What is being asked> Go through the following data and transcribe exactly the stretch of lines from the one holding "ThreePointArc((-5.9, 5.5), (-4.4, 7), (-2.9, 5.5))" to the one holding "Rectangle(SKETCH5_W, SKETCH5_H)", both included.

Dataset extract>
================

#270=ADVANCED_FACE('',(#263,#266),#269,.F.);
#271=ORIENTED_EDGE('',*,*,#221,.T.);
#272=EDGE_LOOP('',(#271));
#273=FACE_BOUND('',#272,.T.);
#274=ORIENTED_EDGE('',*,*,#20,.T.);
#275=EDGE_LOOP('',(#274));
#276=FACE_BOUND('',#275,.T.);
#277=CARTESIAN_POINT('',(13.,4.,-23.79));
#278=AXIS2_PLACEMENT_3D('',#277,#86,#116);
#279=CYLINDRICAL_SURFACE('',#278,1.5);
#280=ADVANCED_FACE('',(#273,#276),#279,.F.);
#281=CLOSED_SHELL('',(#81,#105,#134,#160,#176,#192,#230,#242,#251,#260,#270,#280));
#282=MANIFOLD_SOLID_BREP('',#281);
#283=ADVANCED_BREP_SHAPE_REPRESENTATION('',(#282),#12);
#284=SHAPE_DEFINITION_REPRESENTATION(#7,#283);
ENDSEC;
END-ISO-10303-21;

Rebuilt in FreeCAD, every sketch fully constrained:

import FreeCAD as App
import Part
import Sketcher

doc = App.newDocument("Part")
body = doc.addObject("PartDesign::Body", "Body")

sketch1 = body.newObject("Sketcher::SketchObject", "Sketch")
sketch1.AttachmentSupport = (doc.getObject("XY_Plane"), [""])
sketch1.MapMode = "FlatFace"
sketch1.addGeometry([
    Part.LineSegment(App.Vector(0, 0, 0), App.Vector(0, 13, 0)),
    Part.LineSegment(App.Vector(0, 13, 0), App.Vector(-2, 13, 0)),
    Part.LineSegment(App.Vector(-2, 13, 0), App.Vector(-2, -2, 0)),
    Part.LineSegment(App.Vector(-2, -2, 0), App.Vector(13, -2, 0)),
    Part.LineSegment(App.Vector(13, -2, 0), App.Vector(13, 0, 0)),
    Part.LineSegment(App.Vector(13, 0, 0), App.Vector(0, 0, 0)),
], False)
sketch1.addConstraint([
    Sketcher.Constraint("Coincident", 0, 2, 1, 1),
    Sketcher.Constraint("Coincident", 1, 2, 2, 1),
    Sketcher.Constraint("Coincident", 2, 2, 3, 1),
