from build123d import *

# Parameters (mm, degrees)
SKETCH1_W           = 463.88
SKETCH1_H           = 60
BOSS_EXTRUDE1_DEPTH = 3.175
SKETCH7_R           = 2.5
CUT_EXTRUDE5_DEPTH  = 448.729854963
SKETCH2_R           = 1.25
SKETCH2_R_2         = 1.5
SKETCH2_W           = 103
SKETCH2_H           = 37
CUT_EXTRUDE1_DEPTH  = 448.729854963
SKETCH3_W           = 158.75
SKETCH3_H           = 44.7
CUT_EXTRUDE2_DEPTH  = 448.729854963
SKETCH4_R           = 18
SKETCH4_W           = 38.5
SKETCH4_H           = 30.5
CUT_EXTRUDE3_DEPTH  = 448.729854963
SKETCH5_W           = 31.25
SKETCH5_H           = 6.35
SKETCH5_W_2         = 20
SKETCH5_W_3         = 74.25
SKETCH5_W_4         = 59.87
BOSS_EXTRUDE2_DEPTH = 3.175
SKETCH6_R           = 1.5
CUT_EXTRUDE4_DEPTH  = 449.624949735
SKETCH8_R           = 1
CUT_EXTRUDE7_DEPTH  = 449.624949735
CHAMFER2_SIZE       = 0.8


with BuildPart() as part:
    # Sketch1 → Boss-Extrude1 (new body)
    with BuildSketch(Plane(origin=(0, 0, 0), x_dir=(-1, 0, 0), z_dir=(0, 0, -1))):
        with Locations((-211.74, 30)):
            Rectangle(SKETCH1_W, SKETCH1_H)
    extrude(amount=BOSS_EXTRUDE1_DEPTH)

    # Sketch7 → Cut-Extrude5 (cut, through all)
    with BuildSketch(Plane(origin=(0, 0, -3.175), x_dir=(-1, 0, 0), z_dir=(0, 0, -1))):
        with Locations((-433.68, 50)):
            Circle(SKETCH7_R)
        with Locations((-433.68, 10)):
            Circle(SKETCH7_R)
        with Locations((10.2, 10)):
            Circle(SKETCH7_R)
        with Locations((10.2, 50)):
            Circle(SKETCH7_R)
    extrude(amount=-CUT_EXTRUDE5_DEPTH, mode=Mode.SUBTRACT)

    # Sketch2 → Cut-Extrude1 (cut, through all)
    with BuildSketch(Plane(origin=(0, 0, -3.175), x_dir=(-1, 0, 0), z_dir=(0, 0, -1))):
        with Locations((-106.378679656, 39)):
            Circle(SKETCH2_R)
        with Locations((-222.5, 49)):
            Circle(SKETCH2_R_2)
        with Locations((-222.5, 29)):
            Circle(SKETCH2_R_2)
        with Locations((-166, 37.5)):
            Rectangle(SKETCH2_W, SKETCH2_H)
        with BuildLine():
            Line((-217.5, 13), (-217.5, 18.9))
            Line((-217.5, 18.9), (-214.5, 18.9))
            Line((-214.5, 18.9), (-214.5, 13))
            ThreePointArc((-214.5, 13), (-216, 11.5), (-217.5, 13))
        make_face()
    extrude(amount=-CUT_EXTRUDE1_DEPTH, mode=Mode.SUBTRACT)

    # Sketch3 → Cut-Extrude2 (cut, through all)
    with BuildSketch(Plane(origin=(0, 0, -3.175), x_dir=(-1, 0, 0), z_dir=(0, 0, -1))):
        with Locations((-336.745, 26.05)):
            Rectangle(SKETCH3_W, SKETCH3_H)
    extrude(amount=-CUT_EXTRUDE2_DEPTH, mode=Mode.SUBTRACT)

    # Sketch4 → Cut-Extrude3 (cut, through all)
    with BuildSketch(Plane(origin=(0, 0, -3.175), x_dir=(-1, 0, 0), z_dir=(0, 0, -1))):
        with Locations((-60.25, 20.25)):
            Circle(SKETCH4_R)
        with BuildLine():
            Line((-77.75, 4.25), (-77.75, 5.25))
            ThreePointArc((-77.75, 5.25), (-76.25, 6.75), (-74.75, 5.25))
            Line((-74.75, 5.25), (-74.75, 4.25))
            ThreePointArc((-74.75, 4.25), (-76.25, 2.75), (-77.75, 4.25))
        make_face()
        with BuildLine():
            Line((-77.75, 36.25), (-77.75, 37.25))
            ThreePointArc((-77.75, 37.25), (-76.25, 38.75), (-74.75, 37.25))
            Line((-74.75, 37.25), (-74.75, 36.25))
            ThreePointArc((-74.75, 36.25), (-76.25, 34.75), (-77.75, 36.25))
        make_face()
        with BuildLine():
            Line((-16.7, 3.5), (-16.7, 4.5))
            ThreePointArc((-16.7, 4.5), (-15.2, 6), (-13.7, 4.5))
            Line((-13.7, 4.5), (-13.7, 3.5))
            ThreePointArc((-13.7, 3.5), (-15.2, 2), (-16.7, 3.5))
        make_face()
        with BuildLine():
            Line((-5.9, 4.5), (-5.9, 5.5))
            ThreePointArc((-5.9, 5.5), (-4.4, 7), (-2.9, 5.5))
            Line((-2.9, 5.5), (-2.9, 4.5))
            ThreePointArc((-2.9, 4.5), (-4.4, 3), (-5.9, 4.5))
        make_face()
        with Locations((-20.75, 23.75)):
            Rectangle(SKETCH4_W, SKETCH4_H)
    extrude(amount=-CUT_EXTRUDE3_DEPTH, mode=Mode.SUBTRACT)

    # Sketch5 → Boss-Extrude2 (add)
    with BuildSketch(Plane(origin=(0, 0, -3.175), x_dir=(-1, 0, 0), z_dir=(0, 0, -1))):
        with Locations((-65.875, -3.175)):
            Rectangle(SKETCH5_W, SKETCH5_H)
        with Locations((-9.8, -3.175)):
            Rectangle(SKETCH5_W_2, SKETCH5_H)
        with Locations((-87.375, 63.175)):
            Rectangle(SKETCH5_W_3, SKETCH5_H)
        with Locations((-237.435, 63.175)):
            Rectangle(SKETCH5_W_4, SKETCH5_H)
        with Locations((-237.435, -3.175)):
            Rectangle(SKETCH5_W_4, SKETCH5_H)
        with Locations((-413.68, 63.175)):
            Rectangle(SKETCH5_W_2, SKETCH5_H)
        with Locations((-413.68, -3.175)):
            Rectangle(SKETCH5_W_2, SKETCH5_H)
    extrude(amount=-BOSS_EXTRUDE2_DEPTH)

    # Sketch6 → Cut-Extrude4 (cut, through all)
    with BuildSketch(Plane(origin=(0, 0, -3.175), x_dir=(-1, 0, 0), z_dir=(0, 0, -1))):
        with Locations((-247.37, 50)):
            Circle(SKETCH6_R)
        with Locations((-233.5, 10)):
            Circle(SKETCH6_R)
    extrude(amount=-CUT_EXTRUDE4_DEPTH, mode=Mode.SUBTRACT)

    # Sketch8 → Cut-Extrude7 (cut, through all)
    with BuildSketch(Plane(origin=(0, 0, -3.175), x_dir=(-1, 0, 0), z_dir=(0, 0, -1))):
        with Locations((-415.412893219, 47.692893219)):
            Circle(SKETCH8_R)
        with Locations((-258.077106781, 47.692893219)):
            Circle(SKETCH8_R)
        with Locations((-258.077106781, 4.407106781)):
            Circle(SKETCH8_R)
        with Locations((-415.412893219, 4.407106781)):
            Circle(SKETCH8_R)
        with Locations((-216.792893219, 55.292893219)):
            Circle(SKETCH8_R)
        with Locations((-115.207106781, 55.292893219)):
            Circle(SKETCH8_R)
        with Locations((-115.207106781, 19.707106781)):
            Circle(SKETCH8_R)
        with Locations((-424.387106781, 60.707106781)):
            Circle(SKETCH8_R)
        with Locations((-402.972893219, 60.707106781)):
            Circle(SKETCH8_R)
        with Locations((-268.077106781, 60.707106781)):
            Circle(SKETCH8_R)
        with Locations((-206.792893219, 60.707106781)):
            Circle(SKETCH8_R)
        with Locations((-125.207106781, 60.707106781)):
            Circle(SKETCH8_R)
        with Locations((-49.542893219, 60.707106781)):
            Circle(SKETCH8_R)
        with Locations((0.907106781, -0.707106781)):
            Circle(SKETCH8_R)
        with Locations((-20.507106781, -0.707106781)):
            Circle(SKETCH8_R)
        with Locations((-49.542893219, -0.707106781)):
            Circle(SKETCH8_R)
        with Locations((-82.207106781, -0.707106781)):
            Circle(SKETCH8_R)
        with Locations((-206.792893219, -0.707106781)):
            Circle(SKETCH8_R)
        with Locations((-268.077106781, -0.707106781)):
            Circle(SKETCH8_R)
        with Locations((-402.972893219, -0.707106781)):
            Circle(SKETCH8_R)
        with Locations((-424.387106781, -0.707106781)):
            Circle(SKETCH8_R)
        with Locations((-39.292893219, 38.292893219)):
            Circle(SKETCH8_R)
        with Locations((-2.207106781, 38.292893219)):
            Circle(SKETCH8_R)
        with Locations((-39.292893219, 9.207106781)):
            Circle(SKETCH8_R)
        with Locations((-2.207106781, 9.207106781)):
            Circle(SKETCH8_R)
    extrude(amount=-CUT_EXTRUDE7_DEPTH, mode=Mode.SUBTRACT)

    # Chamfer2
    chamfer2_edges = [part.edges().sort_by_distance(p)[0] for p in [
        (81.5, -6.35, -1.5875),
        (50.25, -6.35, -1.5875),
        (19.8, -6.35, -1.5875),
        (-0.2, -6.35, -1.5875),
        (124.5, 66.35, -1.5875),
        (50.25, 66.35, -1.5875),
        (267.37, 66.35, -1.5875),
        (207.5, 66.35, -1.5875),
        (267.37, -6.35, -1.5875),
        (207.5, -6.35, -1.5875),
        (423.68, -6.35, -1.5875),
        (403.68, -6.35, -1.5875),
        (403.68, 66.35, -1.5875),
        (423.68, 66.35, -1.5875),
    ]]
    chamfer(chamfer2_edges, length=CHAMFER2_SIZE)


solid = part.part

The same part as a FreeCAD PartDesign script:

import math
import FreeCAD as App
import Part
import Sketcher

V = App.Vector


def edges_at(feature, points):
    """Names of the edges that pass closest to the given points."""
    edges = feature.Shape.Edges
    near = lambda p: min(range(len(edges)), key=lambda i: edges[i].distToShape(Part.Vertex(*p))[0])
    return sorted({f"Edge{near(p) + 1}" for p in points})


def add_polygon(sketch, points):
    """Adds a closed chain of lines whose ends are joined by coincident constraints."""
    first, n = sketch.GeometryCount, len(points)
    for a, b in zip(points, points[1:] + points[:1]):
        sketch.addGeometry(Part.LineSegment(App.Vector(*a, 0), App.Vector(*b, 0)), False)
    for i in range(n):
        sketch.addConstraint(Sketcher.Constraint("Coincident", first + i, 2, first + (i + 1) % n, 1))

doc = App.newDocument("Part")
body = doc.addObject("PartDesign::Body", "Body")

# Sketch on XY plane
sketch1 = body.newObject("Sketcher::SketchObject", "Sketch")
sketch1.AttachmentSupport = (doc.getObject("XY_Plane"), [""])
sketch1.MapMode = "FlatFace"
add_polygon(sketch1, [(444, 60), (444, 0), (-20, 0), (-20, 60)])  # lines 0-3
sketch1.addConstraint([
    Sketcher.Constraint("Vertical", 0),
    Sketcher.Constraint("Horizontal", 1),
    Sketcher.Constraint("Vertical", 2),
    Sketcher.Constraint("Horizontal", 3),
    Sketcher.Constraint("PointOnObject", 0, 2, -1),
    Sketcher.Constraint("DistanceY", 0, 2, 0, 1, 60.0),
    Sketcher.Constraint("DistanceX", 1, 2, 1, 1, 463.88),
    Sketcher.Constraint("DistanceX", 1, 2, -1, 1, 20.2),
])
pad1 = body.newObject("PartDesign::Pad", "Pad")
pad1.Profile = sketch1
pad1.Length = 3.175
pad1.Reversed = True

# Sketch on XY plane
sketch2 = body.newObject("Sketcher::SketchObject", "Sketch001")
sketch2.AttachmentSupport = (doc.getObject("XY_Plane"), [""])
sketch2.MapMode = "FlatFace"
sketch2.AttachmentOffset = App.Placement(V(0, 0, -3.175), App.Rotation())
sketch2.addGeometry([
    Part.Circle(V(433.7, 50, 0), V(0, 0, 1), 2.5),
    Part.Circle(V(433.7, 10, 0), V(0, 0, 1), 2.5),
    Part.Circle(V(-10.2, 10, 0), V(0, 0, 1), 2.5),
    Part.Circle(V(-10.2, 50, 0), V(0, 0, 1), 2.5),
], False)
sketch2.addConstraint([
    Sketcher.Constraint("Equal", 0, 1),
    Sketcher.Constraint("Equal", 1, 2),
    Sketcher.Constraint("Equal", 2, 3),
    Sketcher.Constraint("Horizontal", 1, 3, 2, 3),
    Sketcher.Constraint("Horizontal", 0, 3, 3, 3),
    Sketcher.Constraint("Vertical", 0, 3, 1, 3),
    Sketcher.Constraint("Vertical", 2, 3, 3, 3),
    Sketcher.Constraint("Diameter", 0, 5.0),
    Sketcher.Constraint("DistanceY", -1, 1, 0, 3, 50.0),
    Sketcher.Constraint("DistanceY", -1, 1, 1, 3, 10.0),
    Sketcher.Constraint("DistanceX", 2, 3, -1, 1, 10.2),
    Sketcher.Constraint("DistanceX", -1, 1, 0, 3, 433.68),
])
pocket1 = body.newObject("PartDesign::Pocket", "Pocket")
pocket1.Profile = sketch2
pocket1.Type = "ThroughAll"
pocket1.Reversed = True

# Sketch on XY plane
sketch3 = body.newObject("Sketcher::SketchObject", "Sketch002")
sketch3.AttachmentSupport = (doc.getObject("XY_Plane"), [""])
sketch3.MapMode = "FlatFace"
sketch3.AttachmentOffset = App.Placement(V(0, 0, -3.175), App.Rotation())
sketch3.addGeometry(Part.Circle(V(106.4, 39, 0), V(0, 0, 1), 1.2), False)  # 0
sketch3.addGeometry(Part.Circle(V(222.5, 49, 0), V(0, 0, 1), 1.5), False)  # 1
sketch3.addGeometry(Part.Circle(V(222.5, 29, 0), V(0, 0, 1), 1.5), False)  # 2
add_polygon(sketch3, [(217.5, 56), (217.5, 19), (114.5, 19), (114.5, 56)])  # lines 3-6
sketch3.addGeometry(Part.LineSegment(V(217.5, 18.9, 0), V(217.5, 13, 0)), False)  # 7
sketch3.addGeometry(Part.ArcOfCircle(Part.Circle(V(216, 13, 0), V(0, 0, 1), 1.5), math.radians(180), math.radians(360)), False)  # 8
sketch3.addGeometry(Part.LineSegment(V(214.5, 13, 0), V(214.5, 18.9, 0)), False)  # 9
sketch3.addGeometry(Part.LineSegment(V(214.5, 18.9, 0), V(217.5, 18.9, 0)), False)  # 10
sketch3.addConstraint([
    Sketcher.Constraint("Tangent", 7, 2, 8, 2),
    Sketcher.Constraint("Tangent", 8, 1, 9, 1),
    Sketcher.Constraint("Coincident", 9, 2, 10, 1),
    Sketcher.Constraint("Coincident", 10, 2, 7, 1),
    Sketcher.Constraint("Vertical", 3),
    Sketcher.Constraint("Horizontal", 4),
    Sketcher.Constraint("Vertical", 5),
    Sketcher.Constraint("Horizontal", 6),
    Sketcher.Constraint("Vertical", 7),
    Sketcher.Constraint("Vertical", 9),
    Sketcher.Constraint("Horizontal", 10),
    Sketcher.Constraint("Equal", 1, 2),
    Sketcher.Constraint("Equal", 2, 8),
    Sketcher.Constraint("Vertical", 1, 3, 2, 3),
    Sketcher.Constraint("Vertical", 6, 2, 7, 2),
    Sketcher.Constraint("Diameter", 1, 3.0),
    Sketcher.Constraint("Diameter", 0, 2.5),
    Sketcher.Constraint("DistanceX", 4, 2, 4, 1, 103.0),
    Sketcher.Constraint("DistanceY", 3, 2, 3, 1, 37.0),
    Sketcher.Constraint("DistanceY", 7, 2, 7, 1, 5.9),
    Sketcher.Constraint("DistanceY", -1, 1, 0, 3, 39.0),
    Sketcher.Constraint("DistanceY", -1, 1, 1, 3, 49.0),
    Sketcher.Constraint("DistanceY", -1, 1, 2, 3, 29.0),
    Sketcher.Constraint("DistanceX", -1, 1, 8, 3, 216.0),
    Sketcher.Constraint("DistanceY", -1, 1, 8, 3, 13.0),
    Sketcher.Constraint("DistanceY", -1, 1, 3, 2, 19.0),
    Sketcher.Constraint("DistanceX", 3, 2, 2, 3, 5.0),
    Sketcher.Constraint("DistanceX", -1, 1, 0, 3, 106.37868),
])
pocket2 = body.newObject("PartDesign::Pocket", "Pocket001")
pocket2.Profile = sketch3
pocket2.Type = "ThroughAll"
pocket2.Reversed = True

# Sketch on XY plane
sketch4 = body.newObject("Sketcher::SketchObject", "Sketch003")
sketch4.AttachmentSupport = (doc.getObject("XY_Plane"), [""])
sketch4.MapMode = "FlatFace"
sketch4.AttachmentOffset = App.Placement(V(0, 0, -3.175), App.Rotation())
add_polygon(sketch4, [(416, 48), (416, 4), (257, 4), (257, 48)])  # lines 0-3
sketch4.addConstraint([
    Sketcher.Constraint("Vertical", 0),
    Sketcher.Constraint("Horizontal", 1),
    Sketcher.Constraint("Vertical", 2),
    Sketcher.Constraint("Horizontal", 3),
    Sketcher.Constraint("DistanceY", 0, 2, 0, 1, 44.7),
    Sketcher.Constraint("DistanceX", 1, 2, 1, 1, 158.75),
    Sketcher.Constraint("DistanceY", -1, 1, 0, 2, 3.7),
    Sketcher.Constraint("DistanceX", -1, 1, 0, 2, 416.12),
])
pocket3 = body.newObject("PartDesign::Pocket", "Pocket002")
pocket3.Profile = sketch4
pocket3.Type = "ThroughAll"
pocket3.Reversed = True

================

Written solution>
            ThreePointArc((-5.9, 5.5), (-4.4, 7), (-2.9, 5.5))
            Line((-2.9, 5.5), (-2.9, 4.5))
            ThreePointArc((-2.9, 4.5), (-4.4, 3), (-5.9, 4.5))
        make_face()
        with Locations((-20.75, 23.75)):
            Rectangle(SKETCH4_W, SKETCH4_H)
    extrude(amount=-CUT_EXTRUDE3_DEPTH, mode=Mode.SUBTRACT)

    # Sketch5 → Boss-Extrude2 (add)
    with BuildSketch(Plane(origin=(0, 0, -3.175), x_dir=(-1, 0, 0), z_dir=(0, 0, -1))):
        with Locations((-65.875, -3.175)):
            Rectangle(SKETCH5_W, SKETCH5_H)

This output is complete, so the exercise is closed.